Remake Something Ignored
Po wydaniu Final Fantasy IX zostało przyćmione przez swoje bardziej uwielbiane odpowiedniki. Podczas gdy gra otrzymała w większości pozytywne recenzje, niektórzy krytycy byli mniej entuzjastyczni. W momencie premiery strona GameCritics napisała w swojej recenzji, że Final Fantasy IX „nie oferuje zbyt wiele nowego. Gra jest momentami bardziej niż trochę schematyczna, wykorzystuje powtórzone fragmenty z innych gier Final Fantasy i nie posuwa się dalej.” Z drugiej strony, podczas gdy strona MetaCritic z recenzjami użytkowników zawiera przeważnie pozytywne recenzje, większość negatywnych recenzji pojawiła się krótko po dacie wydania gry w 2000 roku.

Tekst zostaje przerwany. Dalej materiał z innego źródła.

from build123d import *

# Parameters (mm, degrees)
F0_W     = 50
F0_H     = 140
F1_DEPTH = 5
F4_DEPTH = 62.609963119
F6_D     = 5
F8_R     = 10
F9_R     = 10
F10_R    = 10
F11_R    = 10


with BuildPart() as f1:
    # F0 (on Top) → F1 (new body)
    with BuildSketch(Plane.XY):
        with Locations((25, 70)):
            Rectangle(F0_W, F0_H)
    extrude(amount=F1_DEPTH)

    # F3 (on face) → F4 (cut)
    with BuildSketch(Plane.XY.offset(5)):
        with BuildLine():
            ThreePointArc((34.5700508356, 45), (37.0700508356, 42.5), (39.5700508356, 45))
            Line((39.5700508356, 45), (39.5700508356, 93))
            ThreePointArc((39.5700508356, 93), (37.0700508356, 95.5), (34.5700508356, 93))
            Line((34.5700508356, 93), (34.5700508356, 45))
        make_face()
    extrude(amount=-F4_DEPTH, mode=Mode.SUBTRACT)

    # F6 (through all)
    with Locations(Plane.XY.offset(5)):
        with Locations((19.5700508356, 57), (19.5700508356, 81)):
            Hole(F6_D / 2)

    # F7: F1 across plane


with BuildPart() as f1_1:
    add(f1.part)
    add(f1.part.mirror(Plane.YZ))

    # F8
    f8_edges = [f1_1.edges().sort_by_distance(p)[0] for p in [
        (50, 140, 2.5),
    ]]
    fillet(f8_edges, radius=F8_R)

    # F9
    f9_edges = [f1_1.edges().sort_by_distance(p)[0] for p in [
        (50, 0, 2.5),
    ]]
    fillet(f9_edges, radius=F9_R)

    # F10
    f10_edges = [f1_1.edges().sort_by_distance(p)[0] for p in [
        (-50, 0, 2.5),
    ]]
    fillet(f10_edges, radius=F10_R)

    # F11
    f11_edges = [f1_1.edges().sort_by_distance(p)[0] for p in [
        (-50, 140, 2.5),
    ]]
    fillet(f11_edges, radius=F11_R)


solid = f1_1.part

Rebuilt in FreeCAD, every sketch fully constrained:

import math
import FreeCAD as App
import Part
import Sketcher

V = App.Vector


def edges_at(feature, points):
    """Names of the edges that pass closest to the given points."""
    edges = feature.Shape.Edges
    near = lambda p: min(range(len(edges)), key=lambda i: edges[i].distToShape(Part.Vertex(*p))[0])
    return sorted({f"Edge{near(p) + 1}" for p in points})

doc = App.newDocument("Part")
params = doc.addObject("Spreadsheet::Sheet", "Params")
for row, (alias, value) in enumerate([
    ("sketch1_width", "50 mm"),
    ("sketch1_height", "140 mm"),
    ("pad1_length", "5 mm"),
    ("sketch2_radius", "2.5 mm"),
    ("sketch2_height", "48 mm"),
    ("pocket1_length", "62.609963 mm"),
    ("sketch3_diameter", "5 mm"),
    ("hole_diameter", "5 mm"),
    ("fillet_radius", "10 mm"),
    ("fillet2_radius", "10 mm"),
    ("fillet3_radius", "10 mm"),
    ("fillet4_radius", "10 mm"),
], start=1):
    params.set(f"A{row}", alias)
    params.set(f"B{row}", "=" + value)
    params.setAlias(f"B{row}", alias)

body = doc.addObject("PartDesign::Body", "Body")

# Sketch on XY plane
sketch1 = body.newObject("Sketcher::SketchObject", "Sketch")
sketch1.AttachmentSupport = (doc.getObject("XY_Plane"), [""])
sketch1.MapMode = "FlatFace"
sketch1.addGeometry(Part.LineSegment(V(0, 140, 0), V(0, 0, 0)), False)
sketch1.addGeometry(Part.LineSegment(V(0, 0, 0), V(50, 0, 0)), False)
sketch1.addGeometry(Part.LineSegment(V(50, 0, 0), V(50, 140, 0)), False)
sketch1.addGeometry(Part.LineSegment(V(50, 140, 0), V(0, 140, 0)), False)
sketch1.addConstraint(Sketcher.Constraint("Coincident", 0, 2, 1, 1))
sketch1.addConstraint(Sketcher.Constraint("Coincident", 1, 2, 2, 1))
sketch1.addConstraint(Sketcher.Constraint("Coincident", 2, 2, 3, 1))
sketch1.addConstraint(Sketcher.Constraint("Coincident", 3, 2, 0, 1))
sketch1.addConstraint(Sketcher.Constraint("Vertical", 0))
sketch1.addConstraint(Sketcher.Constraint("Horizontal", 1))
sketch1.addConstraint(Sketcher.Constraint("Vertical", 2))
sketch1.addConstraint(Sketcher.Constraint("Horizontal", 3))
sketch1.addConstraint(Sketcher.Constraint("Coincident", 0, 2, -1, 1))
sketch1.addConstraint(Sketcher.Constraint("DistanceX", 1, 1, 1, 2, 50.0))
sketch1.addConstraint(Sketcher.Constraint("DistanceY", 0, 2, 0, 1, 140.0))
sketch1.setExpression("Constraints[9]", "Params.sketch1_width")
sketch1.setExpression("Constraints[10]", "Params.sketch1_height")
pad1 = body.newObject("PartDesign::Pad", "Pad")
pad1.Profile = sketch1
pad1.setExpression("Length", "Params.pad1_length")

# Sketch on XY plane
sketch2 = body.newObject("Sketcher::SketchObject", "Sketch001")
sketch2.AttachmentSupport = (doc.getObject("XY_Plane"), [""])
sketch2.MapMode = "FlatFace"
sketch2.AttachmentOffset = App.Placement(V(0, 0, 5), App.Rotation())
sketch2.addGeometry(Part.ArcOfCircle(Part.Circle(V(37.1, 45, 0), V(0, 0, 1), 2.5), math.radians(180), math.radians(360)), False)
sketch2.addGeometry(Part.LineSegment(V(39.6, 45, 0), V(39.6, 93, 0)), False)
sketch2.addGeometry(Part.ArcOfCircle(Part.Circle(V(37.1, 93, 0), V(0, 0, 1), 2.5), math.radians(0), math.radians(180)), False)
sketch2.addGeometry(Part.LineSegment(V(34.6, 93, 0), V(34.6, 45, 0)), False)
sketch2.addConstraint(Sketcher.Constraint("Tangent", 0, 2, 1, 1))
sketch2.addConstraint(Sketcher.Constraint("Tangent", 1, 2, 2, 1))
sketch2.addConstraint(Sketcher.Constraint("Tangent", 2, 2, 3, 1))
sketch2.addConstraint(Sketcher.Constraint("Tangent", 3, 2, 0, 1))
sketch2.addConstraint(Sketcher.Constraint("Vertical", 1))
sketch2.addConstraint(Sketcher.Constraint("Vertical", 3))
sketch2.addConstraint(Sketcher.Constraint("Radius", 0, 2.5))
sketch2.addConstraint(Sketcher.Constraint("DistanceY", 1, 1, 1, 2, 48.0))
sketch2.addConstraint(Sketcher.Constraint("DistanceY", -1, 1, 0, 3, 45.0))
sketch2.addConstraint(Sketcher.Constraint("DistanceX", -1, 1, 0, 3, 37.070051))
sketch2.setExpression("Constraints[6]", "Params.sketch2_radius")
sketch2.setExpression("Constraints[7]", "Params.sketch2_height")
pocket1 = body.newObject("PartDesign::Pocket", "Pocket")
pocket1.Profile = sketch2
pocket1.setExpression("Length", "Params.pocket1_length")

# Sketch on XY plane
sketch3 = body.newObject("Sketcher::SketchObject", "Sketch002")
sketch3.AttachmentSupport = (doc.getObject("XY_Plane"), [""])
sketch3.MapMode = "FlatFace"
sketch3.AttachmentOffset = App.Placement(V(0, 0, 5), App.Rotation())
sketch3.addGeometry(Part.Circle(V(19.6, 57, 0), V(0, 0, 1), 2.5), False)
sketch3.addGeometry(Part.Circle(V(19.6, 81, 0), V(0, 0, 1), 2.5), False)
sketch3.addConstraint(Sketcher.Constraint("Equal", 0, 1))
sketch3.addConstraint(Sketcher.Constraint("Vertical", 0, 3, 1, 3))
sketch3.addConstraint(Sketcher.Constraint("Diameter", 0, 5.0))
sketch3.addConstraint(Sketcher.Constraint("DistanceY", -1, 1, 0, 3, 57.0))
sketch3.addConstraint(Sketcher.Constraint("DistanceY", -1, 1, 1, 3, 81.0))
sketch3.addConstraint(Sketcher.Constraint("DistanceX", -1, 1, 0, 3, 19.570051))
sketch3.setExpression("Constraints[2]", "Params.sketch3_diameter")
doc.recompute()
hole = body.newObject("PartDesign::Hole", "Hole")
hole.Profile = sketch3
hole.ThreadType = "None"
hole.setExpression("Diameter", "Params.hole_diameter")
hole.DepthType = "ThroughAll"
body2 = doc.addObject("PartDesign::Body", "Body001")
doc.recompute()

body2.BaseFeature = body
doc.recompute()

mirroring = doc.addObject("Part::Mirroring", "Mirroring")
mirroring.Source = body
mirroring.Base = V(0, 0, 0)
mirroring.Normal = V(1, 0, 0)
body3 = doc.addObject("PartDesign::Body", "Body002")
body3.BaseFeature = mirroring
boolean = body2.newObject("PartDesign::Boolean", "Boolean")
boolean.Type = "Fuse"
boolean.addObjects([body3])
doc.recompute()

fillet = body2.newObject("PartDesign::Fillet", "Fillet")
fillet.Base = (boolean, edges_at(boolean, [(50, 140, 2.5)]))
fillet.setExpression("Radius", "Params.fillet_radius")
doc.recompute()

fillet2 = body2.newObject("PartDesign::Fillet", "Fillet001")
fillet2.Base = (fillet, edges_at(fillet, [(50, 0, 2.5)]))
fillet2.setExpression("Radius", "Params.fillet2_radius")
doc.recompute()

fillet3 = body2.newObject("PartDesign::Fillet", "Fillet002")
fillet3.Base = (fillet2, edges_at(fillet2, [(-50, 0, 2.5)]))
fillet3.setExpression("Radius", "Params.fillet3_radius")
doc.recompute()

fillet4 = body2.newObject("PartDesign::Fillet", "Fillet003")
fillet4.Base = (fillet3, edges_at(fillet3, [(-50, 140, 2.5)]))
fillet4.setExpression("Radius", "Params.fillet4_radius")
mirroring.Visibility = False

doc.recompute()
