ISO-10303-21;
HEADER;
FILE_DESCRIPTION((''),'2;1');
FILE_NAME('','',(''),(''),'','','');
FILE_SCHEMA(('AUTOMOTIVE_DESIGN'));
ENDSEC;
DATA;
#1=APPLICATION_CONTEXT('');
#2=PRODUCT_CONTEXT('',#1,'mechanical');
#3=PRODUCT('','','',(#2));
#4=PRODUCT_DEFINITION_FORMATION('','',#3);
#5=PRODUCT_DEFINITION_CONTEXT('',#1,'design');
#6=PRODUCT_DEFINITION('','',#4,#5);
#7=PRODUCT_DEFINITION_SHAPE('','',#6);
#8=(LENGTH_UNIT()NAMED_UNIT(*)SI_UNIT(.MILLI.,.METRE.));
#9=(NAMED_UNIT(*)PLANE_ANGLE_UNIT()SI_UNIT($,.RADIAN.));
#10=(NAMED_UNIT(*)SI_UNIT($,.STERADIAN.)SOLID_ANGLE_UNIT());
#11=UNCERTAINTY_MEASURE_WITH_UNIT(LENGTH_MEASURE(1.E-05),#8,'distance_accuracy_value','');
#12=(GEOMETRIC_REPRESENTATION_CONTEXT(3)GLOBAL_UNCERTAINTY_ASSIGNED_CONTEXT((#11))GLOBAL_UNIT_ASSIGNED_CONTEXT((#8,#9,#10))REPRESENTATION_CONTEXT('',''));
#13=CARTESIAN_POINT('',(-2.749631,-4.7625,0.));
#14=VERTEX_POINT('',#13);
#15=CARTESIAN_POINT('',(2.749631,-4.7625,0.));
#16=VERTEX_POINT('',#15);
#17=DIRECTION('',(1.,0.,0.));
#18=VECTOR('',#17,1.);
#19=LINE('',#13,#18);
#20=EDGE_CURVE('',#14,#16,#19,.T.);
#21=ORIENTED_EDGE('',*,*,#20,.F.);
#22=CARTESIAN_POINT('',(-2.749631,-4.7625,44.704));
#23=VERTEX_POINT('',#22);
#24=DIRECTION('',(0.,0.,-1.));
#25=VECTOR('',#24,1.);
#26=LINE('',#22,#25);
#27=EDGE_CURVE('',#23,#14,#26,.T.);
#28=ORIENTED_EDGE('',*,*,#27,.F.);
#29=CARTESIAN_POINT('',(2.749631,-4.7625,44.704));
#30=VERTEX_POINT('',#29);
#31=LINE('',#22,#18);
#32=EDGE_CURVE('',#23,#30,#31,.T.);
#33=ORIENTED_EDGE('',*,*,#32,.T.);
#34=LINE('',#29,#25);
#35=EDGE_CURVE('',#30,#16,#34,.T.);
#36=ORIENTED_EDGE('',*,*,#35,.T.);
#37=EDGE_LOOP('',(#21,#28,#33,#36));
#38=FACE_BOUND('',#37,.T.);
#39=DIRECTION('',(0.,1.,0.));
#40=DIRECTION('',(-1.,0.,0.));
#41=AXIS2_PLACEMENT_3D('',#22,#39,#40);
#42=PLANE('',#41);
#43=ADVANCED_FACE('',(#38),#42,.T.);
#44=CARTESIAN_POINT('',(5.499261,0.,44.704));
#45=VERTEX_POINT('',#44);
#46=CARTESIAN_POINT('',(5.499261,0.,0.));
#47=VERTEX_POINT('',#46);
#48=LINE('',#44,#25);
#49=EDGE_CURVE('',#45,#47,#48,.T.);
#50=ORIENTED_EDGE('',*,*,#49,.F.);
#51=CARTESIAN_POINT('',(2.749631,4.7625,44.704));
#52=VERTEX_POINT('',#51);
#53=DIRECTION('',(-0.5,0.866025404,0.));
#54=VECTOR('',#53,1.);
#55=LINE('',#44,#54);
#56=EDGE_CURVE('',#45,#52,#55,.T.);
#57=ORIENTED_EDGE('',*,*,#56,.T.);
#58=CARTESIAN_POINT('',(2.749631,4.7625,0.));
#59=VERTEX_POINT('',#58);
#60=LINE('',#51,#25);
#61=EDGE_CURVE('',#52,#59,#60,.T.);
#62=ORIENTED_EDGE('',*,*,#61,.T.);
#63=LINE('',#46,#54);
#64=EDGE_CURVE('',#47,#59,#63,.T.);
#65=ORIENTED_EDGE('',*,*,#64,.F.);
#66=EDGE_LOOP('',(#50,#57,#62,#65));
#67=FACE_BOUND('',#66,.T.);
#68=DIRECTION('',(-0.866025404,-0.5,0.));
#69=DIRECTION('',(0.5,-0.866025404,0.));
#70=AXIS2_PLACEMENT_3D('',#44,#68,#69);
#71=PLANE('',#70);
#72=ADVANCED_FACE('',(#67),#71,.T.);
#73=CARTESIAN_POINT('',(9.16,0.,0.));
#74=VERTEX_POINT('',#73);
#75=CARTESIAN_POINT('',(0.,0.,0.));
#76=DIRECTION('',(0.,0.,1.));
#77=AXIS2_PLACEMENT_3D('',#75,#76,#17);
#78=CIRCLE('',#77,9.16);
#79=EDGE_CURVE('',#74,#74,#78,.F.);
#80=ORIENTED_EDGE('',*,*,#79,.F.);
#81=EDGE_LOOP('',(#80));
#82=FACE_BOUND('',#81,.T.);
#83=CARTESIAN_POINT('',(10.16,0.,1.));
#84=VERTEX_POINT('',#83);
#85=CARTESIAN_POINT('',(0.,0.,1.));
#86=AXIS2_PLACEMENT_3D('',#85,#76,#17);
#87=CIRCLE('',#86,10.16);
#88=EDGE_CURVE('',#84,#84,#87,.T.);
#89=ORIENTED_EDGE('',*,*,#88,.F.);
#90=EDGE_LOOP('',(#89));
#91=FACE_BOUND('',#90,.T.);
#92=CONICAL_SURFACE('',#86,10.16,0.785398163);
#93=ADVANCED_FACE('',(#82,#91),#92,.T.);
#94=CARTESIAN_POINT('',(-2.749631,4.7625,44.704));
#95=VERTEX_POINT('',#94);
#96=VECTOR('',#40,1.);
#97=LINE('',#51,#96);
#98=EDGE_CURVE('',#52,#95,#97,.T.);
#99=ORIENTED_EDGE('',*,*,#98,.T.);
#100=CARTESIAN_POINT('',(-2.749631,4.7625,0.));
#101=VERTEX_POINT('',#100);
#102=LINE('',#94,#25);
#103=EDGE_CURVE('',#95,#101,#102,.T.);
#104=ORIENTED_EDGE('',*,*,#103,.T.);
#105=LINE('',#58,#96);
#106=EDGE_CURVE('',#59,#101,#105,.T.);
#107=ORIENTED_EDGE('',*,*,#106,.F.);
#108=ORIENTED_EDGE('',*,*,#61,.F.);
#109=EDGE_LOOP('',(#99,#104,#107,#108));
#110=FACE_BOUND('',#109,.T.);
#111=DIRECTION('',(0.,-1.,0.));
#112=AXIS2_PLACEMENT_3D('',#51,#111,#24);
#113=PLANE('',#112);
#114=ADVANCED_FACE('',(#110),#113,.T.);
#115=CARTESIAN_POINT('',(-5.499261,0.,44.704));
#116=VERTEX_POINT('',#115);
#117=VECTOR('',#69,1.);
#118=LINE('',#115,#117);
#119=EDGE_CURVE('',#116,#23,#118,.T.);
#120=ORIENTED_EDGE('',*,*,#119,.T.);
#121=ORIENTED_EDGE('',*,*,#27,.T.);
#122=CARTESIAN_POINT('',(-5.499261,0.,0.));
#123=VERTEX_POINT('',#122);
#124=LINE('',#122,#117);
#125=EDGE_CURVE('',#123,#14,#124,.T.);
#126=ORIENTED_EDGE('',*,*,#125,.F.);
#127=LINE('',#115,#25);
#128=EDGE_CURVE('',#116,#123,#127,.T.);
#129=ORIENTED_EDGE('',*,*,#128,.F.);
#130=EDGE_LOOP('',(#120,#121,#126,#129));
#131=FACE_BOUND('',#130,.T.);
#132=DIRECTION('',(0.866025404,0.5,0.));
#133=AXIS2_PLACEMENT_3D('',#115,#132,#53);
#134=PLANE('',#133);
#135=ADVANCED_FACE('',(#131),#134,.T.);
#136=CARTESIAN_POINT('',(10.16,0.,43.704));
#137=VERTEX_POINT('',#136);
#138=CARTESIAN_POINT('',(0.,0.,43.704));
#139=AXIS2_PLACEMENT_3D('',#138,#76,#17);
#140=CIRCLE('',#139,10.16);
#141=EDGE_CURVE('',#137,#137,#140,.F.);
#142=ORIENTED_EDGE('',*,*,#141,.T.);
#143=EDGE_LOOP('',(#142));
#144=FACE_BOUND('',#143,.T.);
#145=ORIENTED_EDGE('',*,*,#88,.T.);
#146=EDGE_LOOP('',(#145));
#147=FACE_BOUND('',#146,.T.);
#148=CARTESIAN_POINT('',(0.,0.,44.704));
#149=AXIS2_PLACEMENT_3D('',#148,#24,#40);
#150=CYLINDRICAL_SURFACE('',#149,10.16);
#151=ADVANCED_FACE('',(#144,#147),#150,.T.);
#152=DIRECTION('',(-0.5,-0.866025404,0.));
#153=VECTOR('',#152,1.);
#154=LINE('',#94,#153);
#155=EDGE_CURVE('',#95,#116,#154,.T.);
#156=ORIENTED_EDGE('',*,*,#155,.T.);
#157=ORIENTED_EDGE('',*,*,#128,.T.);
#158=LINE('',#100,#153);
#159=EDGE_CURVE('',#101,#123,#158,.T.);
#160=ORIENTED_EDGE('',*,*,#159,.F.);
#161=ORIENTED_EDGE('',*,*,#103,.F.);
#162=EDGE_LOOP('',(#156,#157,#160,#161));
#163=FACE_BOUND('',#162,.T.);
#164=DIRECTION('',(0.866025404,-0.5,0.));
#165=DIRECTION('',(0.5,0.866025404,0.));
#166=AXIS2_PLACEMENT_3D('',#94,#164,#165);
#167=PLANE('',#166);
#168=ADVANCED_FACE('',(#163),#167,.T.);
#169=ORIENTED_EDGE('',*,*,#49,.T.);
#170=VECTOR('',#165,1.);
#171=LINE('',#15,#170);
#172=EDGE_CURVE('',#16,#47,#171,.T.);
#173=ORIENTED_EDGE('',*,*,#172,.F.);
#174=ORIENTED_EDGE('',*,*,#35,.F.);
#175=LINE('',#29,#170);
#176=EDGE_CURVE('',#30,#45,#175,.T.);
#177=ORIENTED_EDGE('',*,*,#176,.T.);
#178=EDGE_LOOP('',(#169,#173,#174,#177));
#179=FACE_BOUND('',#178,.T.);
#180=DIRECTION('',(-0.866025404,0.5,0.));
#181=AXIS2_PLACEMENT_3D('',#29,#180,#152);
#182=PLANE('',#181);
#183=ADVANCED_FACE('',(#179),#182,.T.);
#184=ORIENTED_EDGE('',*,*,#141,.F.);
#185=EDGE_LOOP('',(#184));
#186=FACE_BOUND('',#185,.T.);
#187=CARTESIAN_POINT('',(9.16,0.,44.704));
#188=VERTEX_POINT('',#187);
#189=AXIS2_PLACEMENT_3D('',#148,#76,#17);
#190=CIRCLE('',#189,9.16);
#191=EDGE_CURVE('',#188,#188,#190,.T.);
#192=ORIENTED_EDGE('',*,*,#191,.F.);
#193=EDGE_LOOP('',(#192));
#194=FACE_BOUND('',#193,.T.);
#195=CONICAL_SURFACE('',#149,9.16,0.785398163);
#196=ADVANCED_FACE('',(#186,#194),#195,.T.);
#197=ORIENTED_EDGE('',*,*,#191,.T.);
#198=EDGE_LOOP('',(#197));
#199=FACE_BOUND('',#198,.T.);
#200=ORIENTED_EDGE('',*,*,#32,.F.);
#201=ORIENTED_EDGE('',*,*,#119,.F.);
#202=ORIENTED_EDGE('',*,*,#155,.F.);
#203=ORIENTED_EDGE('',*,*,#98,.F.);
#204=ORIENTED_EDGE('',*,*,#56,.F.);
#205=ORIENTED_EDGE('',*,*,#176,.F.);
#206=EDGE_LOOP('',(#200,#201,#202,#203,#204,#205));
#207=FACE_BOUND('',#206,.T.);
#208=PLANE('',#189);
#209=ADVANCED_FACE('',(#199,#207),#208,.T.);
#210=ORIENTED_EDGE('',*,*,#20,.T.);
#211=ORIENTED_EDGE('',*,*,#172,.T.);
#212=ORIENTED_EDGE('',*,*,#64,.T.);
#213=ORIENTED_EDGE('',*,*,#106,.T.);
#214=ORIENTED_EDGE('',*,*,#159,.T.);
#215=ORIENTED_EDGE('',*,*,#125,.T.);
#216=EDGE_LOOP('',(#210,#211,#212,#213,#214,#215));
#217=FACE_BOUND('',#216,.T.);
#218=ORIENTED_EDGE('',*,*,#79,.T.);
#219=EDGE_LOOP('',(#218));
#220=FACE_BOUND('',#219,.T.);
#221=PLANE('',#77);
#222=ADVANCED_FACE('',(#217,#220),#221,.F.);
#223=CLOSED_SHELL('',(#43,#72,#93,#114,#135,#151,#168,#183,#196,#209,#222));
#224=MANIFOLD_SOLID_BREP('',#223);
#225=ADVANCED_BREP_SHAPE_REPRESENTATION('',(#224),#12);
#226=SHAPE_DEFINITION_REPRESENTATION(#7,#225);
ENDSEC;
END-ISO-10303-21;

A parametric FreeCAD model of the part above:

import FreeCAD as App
import Part
import Sketcher
from FreeCAD import Vector
Q = App.Units.Quantity


def edges_at(feature, points):
    """Names of the edges that pass closest to the given points."""
    edges = feature.Shape.Edges
    near = lambda p: min(range(len(edges)), key=lambda i: edges[i].distToShape(Part.Vertex(*p))[0])
    return sorted({f"Edge{near(p) + 1}" for p in points})


def add_polygon(sketch, points):
    """Adds a closed chain of lines whose ends are joined by coincident constraints."""
    first, n = sketch.GeometryCount, len(points)
    for a, b in zip(points, points[1:] + points[:1]):
        sketch.addGeometry(Part.LineSegment(App.Vector(*a, 0), App.Vector(*b, 0)), False)
    for i in range(n):
        sketch.addConstraint(Sketcher.Constraint("Coincident", first + i, 2, first + (i + 1) % n, 1))

doc = App.newDocument("Part")
body = doc.addObject("PartDesign::Body", "Body")

sketch1 = body.newObject("Sketcher::SketchObject", "Sketch")
sketch1.AttachmentSupport = (doc.getObject("XY_Plane"), [""])
sketch1.MapMode = "FlatFace"
sketch1.addGeometry(Part.Circle(Vector(0, 0, 0), Vector(0, 0, 1), 10.16), False)
add_polygon(sketch1, [(2.749631, 4.7625), (5.499261, 0), (2.749631, -4.7625), (-2.749631, -4.7625), (-5.499261, 0), (-2.749631, 4.7625)])
sketch1.addConstraint([
    Sketcher.Constraint("Horizontal", 3),
    Sketcher.Constraint("Horizontal", 6),
    Sketcher.Constraint("Coincident", 0, 3, -1, 1),
    Sketcher.Constraint("Symmetric", 1, 2, 4, 2, -1, 1),
    Sketcher.Constraint("Symmetric", 2, 2, 5, 2, -1, 1),
    Sketcher.Constraint("PointOnObject", 1, 2, -1),
    Sketcher.Constraint("Parallel", 1, 4),
    Sketcher.Constraint("Vertical", 3, 2, 5, 2),
    Sketcher.Constraint("Diameter", 0, Q("0.8 in")),
    Sketcher.Constraint("Angle", 1, Q("-60 deg")),
    Sketcher.Constraint("DistanceY", 2, 2, -1, 1, Q("0.1875 in")),
    Sketcher.Constraint("DistanceX", 3, 2, 3, 1, 5.499261),
])
pad1 = body.newObject("PartDesign::Pad", "Pad")
pad1.Profile = sketch1
pad1.Length = Q("1.76 in")
doc.recompute()

chamfer = body.newObject("PartDesign::Chamfer", "Chamfer")
chamfer.Base = (pad1, edges_at(pad1, [(-10.16, 0, 0), (-10.16, 0, 44.704)]))
chamfer.Size = 1

doc.recompute()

Na dodatek, w FFIX nie grało zbyt wiele osób w porównaniu z innymi grami z tej franczyzy. Choć gra odniosła komercyjny sukces, sprzedając się w początkowym okresie w ilości 5,5 miliona sztuk na całym świecie, dla porównania Final Fantasy VIII sprzedała się w ilości 9,6 miliona sztuk na całym świecie, a Final Fantasy VII w ilości 12,3 miliona sztuk. Nawet następna gra, Final Fantasy X, sprzedała się lepiej – 8,5 miliona sztuk na całym świecie, nie biorąc pod uwagę sprzedaży X-2 ani wydania HD tej gry.
Nawet Kingdom Hearts – integracja Disneya i Final Fantasy – zawiera tylko jedną postać z Final Fantasy IX: Vivi, która pojawia się na krótko w Kingdom Hearts 2.
W związku z dwudziestą rocznicą Final Fantasy IX, która zbliża się w lipcu, mądrze byłoby wydać jakiś hołd dla gry. Widzieliśmy już remastery oryginału, ale nic nie dorównuje pełnemu remake’owi, takiemu jak ten poświęcony Final Fantasy VII. Gra tak wspaniała jak Final Fantasy IX zasługuje na to, by być celebrowana wraz z innymi grami, a remake pozwoliłby tej pominiętej pozycji w serii znaleźć nową pozycję.
- CBR Exclusives
- Gry wideo
- final fantasy
- feature
About The Author
Earned my MFA from Fairleigh Dickinson University. Pisał dla The Mary Sue, ScreenRant, The Anime Feminist, The Gamer i Vocal. Wieloletnia miłośniczka komiksów, anime i dziwnych filmów. Uwielbia różne odmiany kawy.